The thermodynamics are with the second law of thermodynamics is another condition for conversion before: The entropy of a closed system can not decrease. Extraction of heat, without the parallel run other processes, means a slowdown. However, a lower temperature corresponds to a reduced entropy and is therefore contrary to the second law. In order to still convert heat into another form of energy, another part of the system must be heated in return for cooling. The conversion of thermal energy into other forms of energy therefore requires the constant temperature difference. Also can not be implemented in all of the stored heat quantity of the temperature difference. Heat engines are used to convert heat into mechanical energy. The ratio of the second law given by the maximum possible work to the consumed amount of heat is called the Carnot efficiency. It is all the greater the greater the temperature difference at which the heat engine operates.

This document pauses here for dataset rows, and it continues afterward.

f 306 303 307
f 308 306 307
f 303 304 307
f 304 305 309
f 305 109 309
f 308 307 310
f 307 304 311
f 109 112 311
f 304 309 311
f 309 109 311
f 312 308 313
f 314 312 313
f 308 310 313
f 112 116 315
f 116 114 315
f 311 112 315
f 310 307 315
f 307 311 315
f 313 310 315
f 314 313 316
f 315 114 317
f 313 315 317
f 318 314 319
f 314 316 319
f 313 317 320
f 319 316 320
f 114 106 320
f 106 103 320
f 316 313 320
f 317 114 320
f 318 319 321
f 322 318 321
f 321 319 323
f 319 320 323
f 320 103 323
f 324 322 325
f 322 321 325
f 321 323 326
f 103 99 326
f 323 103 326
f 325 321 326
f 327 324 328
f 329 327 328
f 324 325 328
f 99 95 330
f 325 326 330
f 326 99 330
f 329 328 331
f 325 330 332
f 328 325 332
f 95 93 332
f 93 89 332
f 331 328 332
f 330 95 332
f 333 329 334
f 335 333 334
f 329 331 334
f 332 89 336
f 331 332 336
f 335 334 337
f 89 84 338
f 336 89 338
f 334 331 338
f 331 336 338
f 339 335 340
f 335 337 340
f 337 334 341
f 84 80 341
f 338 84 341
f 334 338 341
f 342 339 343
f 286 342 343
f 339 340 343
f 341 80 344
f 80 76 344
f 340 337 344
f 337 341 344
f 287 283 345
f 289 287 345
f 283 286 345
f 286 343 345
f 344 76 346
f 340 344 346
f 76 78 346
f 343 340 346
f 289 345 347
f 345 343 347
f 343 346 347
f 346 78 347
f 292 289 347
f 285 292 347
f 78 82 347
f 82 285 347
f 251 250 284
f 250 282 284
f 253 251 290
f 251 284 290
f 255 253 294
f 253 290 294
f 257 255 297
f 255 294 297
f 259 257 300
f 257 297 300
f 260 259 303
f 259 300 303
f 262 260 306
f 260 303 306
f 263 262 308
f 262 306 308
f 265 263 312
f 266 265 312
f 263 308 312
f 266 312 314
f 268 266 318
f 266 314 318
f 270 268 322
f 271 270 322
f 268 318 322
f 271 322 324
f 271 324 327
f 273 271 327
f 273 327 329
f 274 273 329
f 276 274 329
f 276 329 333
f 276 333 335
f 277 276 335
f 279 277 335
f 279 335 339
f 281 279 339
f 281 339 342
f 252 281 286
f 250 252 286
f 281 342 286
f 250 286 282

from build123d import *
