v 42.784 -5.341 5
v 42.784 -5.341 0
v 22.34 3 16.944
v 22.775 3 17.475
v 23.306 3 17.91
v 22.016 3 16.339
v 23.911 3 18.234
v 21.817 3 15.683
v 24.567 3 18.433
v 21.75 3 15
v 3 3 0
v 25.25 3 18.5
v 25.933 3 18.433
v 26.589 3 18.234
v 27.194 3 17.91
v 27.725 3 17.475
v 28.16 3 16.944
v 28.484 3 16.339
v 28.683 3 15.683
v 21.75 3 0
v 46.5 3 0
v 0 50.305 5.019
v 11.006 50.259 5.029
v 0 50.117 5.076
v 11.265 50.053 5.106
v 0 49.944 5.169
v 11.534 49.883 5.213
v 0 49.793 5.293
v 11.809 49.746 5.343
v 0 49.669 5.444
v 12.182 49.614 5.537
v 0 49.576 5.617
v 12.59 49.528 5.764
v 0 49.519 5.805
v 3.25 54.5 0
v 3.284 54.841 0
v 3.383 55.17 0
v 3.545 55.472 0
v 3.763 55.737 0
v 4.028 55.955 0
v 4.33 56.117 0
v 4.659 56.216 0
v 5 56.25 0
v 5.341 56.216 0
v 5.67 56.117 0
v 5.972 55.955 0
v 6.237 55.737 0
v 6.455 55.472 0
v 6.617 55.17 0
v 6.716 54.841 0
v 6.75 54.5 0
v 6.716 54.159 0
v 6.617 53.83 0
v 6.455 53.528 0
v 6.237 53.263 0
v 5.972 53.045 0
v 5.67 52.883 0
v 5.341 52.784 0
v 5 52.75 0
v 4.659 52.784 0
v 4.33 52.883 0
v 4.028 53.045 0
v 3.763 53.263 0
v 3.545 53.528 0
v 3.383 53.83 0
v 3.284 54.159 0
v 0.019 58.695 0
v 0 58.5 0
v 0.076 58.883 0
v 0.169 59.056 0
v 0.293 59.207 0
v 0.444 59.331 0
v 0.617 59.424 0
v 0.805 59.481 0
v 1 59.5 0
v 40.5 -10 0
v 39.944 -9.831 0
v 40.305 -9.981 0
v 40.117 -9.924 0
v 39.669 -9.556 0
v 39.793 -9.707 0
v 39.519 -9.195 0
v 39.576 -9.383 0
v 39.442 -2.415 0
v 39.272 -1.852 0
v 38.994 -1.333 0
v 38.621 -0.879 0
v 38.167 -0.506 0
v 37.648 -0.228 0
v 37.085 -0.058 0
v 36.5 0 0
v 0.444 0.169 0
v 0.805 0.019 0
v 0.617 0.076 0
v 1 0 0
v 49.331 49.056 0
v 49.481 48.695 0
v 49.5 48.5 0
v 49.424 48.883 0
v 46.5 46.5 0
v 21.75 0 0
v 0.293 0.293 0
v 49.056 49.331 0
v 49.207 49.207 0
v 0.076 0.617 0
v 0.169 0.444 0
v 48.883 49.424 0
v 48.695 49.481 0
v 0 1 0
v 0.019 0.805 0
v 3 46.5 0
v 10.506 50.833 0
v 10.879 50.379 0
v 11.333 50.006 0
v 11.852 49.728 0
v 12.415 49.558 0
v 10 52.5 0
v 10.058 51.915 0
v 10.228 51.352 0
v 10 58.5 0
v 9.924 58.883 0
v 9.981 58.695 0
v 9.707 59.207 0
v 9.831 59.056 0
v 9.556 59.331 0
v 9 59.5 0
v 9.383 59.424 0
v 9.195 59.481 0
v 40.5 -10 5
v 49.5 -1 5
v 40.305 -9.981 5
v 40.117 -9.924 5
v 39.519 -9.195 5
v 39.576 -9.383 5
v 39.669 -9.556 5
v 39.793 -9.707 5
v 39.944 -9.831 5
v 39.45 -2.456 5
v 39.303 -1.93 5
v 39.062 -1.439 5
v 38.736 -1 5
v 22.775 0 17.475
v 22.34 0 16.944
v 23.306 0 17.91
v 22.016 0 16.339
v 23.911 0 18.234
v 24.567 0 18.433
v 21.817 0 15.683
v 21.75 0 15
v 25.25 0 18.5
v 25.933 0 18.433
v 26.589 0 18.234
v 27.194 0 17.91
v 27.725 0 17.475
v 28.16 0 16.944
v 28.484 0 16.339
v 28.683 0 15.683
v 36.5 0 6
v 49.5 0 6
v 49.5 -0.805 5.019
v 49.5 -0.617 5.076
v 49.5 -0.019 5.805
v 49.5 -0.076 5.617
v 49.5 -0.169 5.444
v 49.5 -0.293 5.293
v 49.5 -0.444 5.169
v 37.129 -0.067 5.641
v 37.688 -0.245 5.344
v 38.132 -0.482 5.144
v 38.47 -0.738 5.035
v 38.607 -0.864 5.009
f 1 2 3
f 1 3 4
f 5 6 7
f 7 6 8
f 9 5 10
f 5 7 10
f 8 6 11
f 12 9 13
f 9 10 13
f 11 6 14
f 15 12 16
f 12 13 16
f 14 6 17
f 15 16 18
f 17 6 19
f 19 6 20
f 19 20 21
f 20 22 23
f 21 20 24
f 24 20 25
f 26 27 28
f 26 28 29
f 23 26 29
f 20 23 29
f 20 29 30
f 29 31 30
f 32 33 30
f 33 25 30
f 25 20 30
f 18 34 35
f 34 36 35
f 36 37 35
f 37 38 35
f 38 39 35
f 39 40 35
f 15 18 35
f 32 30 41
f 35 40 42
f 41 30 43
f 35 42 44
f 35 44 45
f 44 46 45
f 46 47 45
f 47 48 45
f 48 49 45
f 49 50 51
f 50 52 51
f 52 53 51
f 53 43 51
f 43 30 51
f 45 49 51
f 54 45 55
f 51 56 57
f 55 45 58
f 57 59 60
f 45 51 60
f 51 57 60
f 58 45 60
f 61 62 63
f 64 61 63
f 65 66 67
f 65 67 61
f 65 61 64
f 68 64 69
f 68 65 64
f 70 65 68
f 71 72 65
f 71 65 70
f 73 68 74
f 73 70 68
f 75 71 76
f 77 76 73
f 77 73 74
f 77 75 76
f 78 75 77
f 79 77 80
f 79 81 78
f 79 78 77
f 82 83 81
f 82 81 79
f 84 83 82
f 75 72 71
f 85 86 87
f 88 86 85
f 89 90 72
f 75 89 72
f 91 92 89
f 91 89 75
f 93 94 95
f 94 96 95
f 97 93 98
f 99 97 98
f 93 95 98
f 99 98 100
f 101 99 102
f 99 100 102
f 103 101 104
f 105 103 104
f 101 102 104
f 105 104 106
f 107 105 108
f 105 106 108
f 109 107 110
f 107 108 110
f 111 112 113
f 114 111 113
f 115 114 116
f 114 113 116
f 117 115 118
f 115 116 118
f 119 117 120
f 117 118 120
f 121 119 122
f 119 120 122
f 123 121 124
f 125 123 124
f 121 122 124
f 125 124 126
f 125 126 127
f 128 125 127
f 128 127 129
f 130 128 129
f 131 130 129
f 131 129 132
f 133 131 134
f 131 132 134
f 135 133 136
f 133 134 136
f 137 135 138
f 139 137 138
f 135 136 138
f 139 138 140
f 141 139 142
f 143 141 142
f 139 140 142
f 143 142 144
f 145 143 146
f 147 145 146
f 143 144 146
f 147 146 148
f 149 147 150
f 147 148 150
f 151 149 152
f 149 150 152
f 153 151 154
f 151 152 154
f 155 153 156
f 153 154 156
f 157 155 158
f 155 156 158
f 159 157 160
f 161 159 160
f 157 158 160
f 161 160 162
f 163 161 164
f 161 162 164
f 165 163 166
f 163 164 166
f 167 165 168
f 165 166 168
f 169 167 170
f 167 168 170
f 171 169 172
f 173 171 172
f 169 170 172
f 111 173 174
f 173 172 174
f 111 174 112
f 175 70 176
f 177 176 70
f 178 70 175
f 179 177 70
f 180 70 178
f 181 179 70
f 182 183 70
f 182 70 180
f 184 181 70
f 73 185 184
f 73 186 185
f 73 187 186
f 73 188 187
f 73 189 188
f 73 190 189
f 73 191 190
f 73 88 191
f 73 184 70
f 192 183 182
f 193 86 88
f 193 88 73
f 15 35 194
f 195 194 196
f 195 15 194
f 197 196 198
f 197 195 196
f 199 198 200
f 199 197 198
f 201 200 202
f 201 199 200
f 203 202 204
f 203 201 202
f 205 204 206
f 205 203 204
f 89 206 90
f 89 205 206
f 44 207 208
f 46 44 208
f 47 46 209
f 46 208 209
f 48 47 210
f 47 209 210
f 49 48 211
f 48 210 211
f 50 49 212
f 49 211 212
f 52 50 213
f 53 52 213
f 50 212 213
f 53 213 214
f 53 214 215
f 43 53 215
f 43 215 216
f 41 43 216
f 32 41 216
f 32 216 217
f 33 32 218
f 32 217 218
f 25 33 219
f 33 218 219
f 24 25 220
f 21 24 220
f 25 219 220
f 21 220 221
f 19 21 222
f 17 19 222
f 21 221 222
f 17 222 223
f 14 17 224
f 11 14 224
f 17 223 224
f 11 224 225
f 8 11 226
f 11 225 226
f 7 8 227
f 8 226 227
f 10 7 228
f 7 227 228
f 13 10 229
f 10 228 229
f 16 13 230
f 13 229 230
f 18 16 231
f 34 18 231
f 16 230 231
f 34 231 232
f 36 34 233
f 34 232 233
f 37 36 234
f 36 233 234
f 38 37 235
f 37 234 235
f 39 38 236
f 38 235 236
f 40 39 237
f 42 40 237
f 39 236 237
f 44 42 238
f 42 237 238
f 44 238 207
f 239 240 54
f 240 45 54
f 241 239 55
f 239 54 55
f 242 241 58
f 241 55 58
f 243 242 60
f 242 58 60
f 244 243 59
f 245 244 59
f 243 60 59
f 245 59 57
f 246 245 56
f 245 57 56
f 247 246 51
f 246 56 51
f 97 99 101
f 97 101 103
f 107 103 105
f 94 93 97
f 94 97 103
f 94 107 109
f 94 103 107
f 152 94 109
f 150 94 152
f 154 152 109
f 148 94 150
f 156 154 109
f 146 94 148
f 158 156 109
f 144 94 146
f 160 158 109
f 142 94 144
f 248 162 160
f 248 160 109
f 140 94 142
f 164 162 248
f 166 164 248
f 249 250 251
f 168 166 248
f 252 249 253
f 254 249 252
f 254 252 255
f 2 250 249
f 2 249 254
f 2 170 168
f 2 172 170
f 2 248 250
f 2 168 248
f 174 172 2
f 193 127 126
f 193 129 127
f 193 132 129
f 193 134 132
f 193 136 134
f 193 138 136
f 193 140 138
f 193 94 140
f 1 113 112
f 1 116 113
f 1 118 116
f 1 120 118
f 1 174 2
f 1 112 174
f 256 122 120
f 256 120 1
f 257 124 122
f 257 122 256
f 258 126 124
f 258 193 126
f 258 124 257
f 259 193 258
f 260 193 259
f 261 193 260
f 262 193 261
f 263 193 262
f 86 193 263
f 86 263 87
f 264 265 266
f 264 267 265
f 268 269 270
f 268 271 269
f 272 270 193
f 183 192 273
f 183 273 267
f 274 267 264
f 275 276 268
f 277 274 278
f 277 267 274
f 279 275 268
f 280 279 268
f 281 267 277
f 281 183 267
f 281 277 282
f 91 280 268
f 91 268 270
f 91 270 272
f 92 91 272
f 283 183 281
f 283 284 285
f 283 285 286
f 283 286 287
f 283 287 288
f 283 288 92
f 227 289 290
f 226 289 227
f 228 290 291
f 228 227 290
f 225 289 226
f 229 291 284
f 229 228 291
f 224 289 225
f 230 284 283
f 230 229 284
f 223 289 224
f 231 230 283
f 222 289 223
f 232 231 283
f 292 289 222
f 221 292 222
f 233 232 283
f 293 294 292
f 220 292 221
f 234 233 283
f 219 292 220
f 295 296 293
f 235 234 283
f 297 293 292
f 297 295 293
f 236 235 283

Other conversions are not as strongly affected by the restrictions imposed by conservation laws and thermodynamics. This allows electrical energy with little technical effort almost completely into many other forms of energy. Electric motors convert, for example, into kinetic energy.

Most conversions are performed is not completely in a single form of energy, but it is a part of the energy is converted into heat. In mechanical applications, the heat is usually generated by friction. In electrical applications, the electric resistance or eddy currents are often the cause of the generation of heat. This heat is not normally used and referred to as a loss. In connection with an electric current may occur as an undesirable loss of the radiation of electromagnetic waves. The relationship between successfully converted energy output to energy is called efficiency.

In technical applications, a number of energy conversions is often coupled. In a coal-fired power plant the chemical energy of the coal is first converted by combustion into heat and transferred to water vapor. Turbines convert the heat of the steam into mechanical energy and in turn drive generators that convert mechanical energy into electrical energy.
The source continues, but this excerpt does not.